[Stored data]
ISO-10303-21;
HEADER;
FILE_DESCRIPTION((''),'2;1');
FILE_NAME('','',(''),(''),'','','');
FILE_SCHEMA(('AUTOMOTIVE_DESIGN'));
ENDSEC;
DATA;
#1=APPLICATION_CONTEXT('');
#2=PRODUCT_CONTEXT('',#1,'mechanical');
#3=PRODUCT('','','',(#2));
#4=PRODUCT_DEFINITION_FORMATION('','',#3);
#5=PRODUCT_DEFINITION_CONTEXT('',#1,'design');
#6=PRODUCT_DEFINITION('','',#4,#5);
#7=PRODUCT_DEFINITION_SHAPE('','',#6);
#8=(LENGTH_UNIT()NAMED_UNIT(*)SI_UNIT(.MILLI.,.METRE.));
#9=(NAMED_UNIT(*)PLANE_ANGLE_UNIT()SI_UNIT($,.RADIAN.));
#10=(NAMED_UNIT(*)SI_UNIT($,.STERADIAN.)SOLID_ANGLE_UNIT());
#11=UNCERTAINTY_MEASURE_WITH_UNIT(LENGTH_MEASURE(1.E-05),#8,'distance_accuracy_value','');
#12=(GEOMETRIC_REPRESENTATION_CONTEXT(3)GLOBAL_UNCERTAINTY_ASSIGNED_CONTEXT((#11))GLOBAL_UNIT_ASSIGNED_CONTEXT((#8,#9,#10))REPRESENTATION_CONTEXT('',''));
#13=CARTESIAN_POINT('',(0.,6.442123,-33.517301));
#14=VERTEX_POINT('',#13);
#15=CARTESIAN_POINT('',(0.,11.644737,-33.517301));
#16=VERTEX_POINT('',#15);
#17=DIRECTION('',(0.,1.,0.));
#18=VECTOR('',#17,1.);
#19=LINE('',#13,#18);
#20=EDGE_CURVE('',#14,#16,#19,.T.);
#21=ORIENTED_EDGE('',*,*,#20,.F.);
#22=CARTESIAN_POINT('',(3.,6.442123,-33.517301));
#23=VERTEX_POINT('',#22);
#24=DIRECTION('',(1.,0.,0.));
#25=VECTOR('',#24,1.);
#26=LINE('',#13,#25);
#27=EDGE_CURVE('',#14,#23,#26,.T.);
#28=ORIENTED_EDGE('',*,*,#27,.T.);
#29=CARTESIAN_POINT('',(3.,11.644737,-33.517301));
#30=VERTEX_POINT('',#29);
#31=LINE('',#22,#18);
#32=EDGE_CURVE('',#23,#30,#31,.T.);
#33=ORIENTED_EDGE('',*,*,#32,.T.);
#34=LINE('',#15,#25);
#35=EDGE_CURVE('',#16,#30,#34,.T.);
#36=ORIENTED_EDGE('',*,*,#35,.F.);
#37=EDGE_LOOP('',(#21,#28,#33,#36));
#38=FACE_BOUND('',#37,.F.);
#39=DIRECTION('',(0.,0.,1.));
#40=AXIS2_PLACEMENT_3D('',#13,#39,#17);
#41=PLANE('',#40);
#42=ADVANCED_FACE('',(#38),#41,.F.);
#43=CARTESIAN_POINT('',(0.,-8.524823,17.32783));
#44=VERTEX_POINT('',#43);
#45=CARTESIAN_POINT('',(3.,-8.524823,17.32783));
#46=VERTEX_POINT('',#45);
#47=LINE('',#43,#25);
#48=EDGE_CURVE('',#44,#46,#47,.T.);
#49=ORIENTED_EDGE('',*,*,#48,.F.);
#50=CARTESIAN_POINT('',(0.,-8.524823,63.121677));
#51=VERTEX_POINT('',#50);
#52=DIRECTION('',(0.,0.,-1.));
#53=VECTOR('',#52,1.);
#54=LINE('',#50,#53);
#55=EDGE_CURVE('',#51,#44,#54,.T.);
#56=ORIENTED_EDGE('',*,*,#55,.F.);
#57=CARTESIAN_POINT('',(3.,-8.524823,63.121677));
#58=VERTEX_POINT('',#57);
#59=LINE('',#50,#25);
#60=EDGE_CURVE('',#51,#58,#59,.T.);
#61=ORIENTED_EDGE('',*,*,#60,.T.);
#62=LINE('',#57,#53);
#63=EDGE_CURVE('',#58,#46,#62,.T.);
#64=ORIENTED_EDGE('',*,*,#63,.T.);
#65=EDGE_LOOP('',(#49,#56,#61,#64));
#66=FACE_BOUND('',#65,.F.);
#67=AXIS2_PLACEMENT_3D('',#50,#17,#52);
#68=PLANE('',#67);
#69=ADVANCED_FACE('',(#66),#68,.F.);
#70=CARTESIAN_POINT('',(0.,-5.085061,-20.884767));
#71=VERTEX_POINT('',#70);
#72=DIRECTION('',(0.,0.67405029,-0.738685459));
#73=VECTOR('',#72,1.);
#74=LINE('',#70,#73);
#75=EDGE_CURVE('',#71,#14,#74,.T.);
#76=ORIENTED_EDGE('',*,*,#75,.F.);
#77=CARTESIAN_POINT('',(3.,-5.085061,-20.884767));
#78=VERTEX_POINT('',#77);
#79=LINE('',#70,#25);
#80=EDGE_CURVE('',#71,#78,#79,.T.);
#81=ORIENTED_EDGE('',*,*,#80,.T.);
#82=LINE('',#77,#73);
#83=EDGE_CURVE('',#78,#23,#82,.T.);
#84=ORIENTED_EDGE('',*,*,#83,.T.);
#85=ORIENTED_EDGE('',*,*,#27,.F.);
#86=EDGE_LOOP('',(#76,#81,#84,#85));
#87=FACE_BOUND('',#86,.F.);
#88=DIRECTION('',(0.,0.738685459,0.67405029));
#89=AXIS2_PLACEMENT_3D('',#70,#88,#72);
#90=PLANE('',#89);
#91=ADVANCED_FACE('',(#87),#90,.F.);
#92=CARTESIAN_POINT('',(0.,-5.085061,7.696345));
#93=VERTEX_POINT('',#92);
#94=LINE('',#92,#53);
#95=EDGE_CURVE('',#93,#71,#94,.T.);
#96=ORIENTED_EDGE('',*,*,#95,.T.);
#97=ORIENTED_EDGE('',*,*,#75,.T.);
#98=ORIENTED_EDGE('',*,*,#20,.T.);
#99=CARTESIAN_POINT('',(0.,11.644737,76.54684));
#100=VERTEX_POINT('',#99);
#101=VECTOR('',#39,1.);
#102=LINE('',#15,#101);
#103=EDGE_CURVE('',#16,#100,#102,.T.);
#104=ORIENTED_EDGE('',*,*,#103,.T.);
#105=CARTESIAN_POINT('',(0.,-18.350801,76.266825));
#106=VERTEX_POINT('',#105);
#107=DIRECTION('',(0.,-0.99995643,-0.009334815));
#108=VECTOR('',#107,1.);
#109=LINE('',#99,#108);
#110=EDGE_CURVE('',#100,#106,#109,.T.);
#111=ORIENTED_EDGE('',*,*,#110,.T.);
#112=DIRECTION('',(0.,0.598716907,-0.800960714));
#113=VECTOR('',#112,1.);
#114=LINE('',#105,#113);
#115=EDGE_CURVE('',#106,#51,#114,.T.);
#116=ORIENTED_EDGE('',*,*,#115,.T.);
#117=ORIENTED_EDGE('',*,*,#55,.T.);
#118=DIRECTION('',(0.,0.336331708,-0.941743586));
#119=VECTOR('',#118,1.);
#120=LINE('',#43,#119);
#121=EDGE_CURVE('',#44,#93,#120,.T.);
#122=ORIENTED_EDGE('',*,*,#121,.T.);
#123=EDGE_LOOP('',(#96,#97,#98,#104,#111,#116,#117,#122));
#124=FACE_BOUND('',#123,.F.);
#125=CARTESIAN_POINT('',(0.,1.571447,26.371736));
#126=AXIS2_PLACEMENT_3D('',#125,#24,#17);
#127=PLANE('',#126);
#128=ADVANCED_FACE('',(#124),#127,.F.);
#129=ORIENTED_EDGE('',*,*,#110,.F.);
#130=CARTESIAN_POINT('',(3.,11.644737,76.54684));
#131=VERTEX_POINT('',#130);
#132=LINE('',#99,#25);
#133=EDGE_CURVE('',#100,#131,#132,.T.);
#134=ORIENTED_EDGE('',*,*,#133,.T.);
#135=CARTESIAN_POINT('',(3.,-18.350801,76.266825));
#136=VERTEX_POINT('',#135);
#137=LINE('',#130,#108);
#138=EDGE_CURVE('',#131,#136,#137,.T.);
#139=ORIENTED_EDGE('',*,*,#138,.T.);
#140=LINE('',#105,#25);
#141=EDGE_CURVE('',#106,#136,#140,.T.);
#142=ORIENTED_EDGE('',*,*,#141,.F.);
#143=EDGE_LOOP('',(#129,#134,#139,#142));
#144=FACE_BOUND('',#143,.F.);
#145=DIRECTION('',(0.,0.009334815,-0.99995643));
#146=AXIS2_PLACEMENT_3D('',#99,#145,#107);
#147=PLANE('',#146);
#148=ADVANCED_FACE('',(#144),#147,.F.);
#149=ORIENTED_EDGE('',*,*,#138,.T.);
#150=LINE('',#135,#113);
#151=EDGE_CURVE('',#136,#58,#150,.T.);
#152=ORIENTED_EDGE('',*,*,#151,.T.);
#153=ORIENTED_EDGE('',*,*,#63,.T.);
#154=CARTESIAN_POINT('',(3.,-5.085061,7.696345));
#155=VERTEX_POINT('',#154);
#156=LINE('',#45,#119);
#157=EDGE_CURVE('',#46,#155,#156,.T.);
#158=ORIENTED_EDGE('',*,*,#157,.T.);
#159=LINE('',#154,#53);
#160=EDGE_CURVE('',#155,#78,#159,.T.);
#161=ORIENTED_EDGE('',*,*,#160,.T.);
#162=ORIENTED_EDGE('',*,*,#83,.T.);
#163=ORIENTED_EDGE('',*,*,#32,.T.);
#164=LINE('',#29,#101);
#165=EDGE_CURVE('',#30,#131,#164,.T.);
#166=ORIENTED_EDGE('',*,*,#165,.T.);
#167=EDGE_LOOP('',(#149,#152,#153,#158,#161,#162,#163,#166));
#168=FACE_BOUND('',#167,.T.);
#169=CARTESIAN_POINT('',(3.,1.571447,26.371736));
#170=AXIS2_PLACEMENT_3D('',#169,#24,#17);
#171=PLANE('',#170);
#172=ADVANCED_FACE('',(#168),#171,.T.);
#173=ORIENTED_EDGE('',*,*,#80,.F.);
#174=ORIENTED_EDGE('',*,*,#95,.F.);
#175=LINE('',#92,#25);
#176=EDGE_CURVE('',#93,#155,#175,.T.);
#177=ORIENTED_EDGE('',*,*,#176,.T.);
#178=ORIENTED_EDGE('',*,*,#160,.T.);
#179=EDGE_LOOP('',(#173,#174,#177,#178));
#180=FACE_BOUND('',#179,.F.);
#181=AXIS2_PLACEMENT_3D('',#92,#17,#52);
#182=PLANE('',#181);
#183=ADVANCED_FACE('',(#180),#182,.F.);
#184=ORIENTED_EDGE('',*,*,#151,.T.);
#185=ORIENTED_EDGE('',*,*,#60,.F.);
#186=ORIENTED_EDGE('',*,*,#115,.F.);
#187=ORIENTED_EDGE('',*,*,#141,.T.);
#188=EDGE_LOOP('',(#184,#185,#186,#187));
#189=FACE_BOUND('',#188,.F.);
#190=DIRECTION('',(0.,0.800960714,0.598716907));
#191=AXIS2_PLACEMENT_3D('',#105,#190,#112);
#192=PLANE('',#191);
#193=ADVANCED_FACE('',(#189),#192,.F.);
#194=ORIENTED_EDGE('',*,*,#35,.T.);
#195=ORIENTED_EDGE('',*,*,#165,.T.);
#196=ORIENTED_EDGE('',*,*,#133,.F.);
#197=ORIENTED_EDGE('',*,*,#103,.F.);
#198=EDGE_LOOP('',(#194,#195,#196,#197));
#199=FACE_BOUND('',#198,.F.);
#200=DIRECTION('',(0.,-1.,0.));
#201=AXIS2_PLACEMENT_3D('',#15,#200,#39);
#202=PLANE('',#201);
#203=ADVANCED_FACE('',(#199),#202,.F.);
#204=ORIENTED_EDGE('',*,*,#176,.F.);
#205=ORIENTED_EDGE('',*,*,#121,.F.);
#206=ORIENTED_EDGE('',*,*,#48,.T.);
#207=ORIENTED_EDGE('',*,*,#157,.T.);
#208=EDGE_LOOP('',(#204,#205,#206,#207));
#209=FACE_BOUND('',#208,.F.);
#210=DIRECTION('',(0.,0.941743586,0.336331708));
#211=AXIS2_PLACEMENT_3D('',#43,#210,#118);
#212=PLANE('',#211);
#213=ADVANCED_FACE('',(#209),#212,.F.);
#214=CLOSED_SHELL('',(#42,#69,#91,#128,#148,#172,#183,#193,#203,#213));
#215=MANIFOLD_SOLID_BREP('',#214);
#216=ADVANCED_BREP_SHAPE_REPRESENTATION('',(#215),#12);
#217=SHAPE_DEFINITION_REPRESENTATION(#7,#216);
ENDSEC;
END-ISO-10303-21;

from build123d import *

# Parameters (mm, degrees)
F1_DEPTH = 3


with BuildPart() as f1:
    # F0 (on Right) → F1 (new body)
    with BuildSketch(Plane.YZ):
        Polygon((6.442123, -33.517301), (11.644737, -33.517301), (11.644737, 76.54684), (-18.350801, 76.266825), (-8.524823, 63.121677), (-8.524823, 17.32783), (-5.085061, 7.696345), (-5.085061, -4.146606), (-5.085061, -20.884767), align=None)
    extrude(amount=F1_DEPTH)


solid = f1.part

---

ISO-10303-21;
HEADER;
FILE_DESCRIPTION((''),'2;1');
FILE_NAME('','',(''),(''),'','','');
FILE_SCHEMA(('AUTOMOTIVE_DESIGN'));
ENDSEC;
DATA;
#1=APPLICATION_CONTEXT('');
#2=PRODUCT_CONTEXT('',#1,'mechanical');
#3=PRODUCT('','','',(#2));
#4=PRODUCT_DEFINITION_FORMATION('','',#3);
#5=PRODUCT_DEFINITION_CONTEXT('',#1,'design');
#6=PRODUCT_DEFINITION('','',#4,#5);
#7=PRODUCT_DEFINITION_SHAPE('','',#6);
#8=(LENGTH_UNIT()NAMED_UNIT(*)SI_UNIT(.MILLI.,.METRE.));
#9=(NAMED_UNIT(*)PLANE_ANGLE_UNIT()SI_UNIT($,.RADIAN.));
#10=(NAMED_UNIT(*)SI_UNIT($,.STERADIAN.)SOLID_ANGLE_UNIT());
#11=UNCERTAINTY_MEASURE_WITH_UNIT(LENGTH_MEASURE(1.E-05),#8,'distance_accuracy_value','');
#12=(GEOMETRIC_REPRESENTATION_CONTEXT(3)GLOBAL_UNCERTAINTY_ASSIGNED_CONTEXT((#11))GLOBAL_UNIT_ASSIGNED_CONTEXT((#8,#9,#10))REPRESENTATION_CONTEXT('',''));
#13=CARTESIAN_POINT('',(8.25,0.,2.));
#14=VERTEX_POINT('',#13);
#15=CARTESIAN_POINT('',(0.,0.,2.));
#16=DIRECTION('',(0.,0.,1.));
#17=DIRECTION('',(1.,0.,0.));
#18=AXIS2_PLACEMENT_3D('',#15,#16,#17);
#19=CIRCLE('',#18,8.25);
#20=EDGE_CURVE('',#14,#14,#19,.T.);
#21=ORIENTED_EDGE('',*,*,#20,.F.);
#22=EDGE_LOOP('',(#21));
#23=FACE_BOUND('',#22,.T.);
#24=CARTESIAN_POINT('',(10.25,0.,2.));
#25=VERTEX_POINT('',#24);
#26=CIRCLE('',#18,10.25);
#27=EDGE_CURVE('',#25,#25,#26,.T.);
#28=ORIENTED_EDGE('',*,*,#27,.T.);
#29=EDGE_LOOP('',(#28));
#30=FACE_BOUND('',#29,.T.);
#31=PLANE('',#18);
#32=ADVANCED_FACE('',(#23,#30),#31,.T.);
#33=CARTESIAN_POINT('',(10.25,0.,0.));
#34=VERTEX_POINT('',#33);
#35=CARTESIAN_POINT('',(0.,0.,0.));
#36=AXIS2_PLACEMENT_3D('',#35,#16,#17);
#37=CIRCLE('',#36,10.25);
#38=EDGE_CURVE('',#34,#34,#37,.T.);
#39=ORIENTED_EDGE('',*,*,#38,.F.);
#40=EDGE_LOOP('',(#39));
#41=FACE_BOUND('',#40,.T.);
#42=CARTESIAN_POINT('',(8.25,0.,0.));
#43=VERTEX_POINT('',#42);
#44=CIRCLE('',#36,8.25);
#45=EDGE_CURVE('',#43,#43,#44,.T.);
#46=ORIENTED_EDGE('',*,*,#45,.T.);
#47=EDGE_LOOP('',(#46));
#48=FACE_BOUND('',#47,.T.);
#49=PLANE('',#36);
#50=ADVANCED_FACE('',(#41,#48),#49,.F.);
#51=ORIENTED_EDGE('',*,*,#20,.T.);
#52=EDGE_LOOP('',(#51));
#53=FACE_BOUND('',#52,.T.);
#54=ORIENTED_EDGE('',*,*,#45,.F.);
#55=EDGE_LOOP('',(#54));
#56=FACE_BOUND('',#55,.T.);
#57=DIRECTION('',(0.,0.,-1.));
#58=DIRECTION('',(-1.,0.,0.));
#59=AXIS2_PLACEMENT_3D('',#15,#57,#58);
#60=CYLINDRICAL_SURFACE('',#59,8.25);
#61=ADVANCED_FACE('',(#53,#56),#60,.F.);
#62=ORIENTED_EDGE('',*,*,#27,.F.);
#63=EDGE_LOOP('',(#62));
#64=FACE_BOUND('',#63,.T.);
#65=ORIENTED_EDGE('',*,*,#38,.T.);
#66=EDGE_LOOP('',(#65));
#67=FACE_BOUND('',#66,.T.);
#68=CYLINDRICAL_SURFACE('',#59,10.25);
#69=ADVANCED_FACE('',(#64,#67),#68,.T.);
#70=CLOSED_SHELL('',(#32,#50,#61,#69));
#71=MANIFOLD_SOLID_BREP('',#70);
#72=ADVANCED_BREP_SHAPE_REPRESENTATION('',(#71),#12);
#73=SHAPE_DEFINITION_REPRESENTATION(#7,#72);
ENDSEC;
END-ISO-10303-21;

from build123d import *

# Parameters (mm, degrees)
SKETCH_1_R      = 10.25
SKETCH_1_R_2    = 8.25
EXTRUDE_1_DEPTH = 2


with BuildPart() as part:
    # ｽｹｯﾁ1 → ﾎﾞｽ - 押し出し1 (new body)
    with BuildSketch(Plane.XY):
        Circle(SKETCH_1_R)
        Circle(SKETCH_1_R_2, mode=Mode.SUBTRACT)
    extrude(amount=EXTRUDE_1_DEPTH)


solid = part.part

**WHAT IS BEING ASKED:**
Of the lines above, output exactly those from the line bearing "#194=ORIENTED_EDGE('',*,*,#35,.T.);" through the line bearing "#202=PLANE('',#201);", inclusive.

**SOLUTION:**
#194=ORIENTED_EDGE('',*,*,#35,.T.);
#195=ORIENTED_EDGE('',*,*,#165,.T.);
#196=ORIENTED_EDGE('',*,*,#133,.F.);
#197=ORIENTED_EDGE('',*,*,#103,.F.);
#198=EDGE_LOOP('',(#194,#195,#196,#197));
#199=FACE_BOUND('',#198,.F.);
#200=DIRECTION('',(0.,-1.,0.));
#201=AXIS2_PLACEMENT_3D('',#15,#200,#39);
#202=PLANE('',#201);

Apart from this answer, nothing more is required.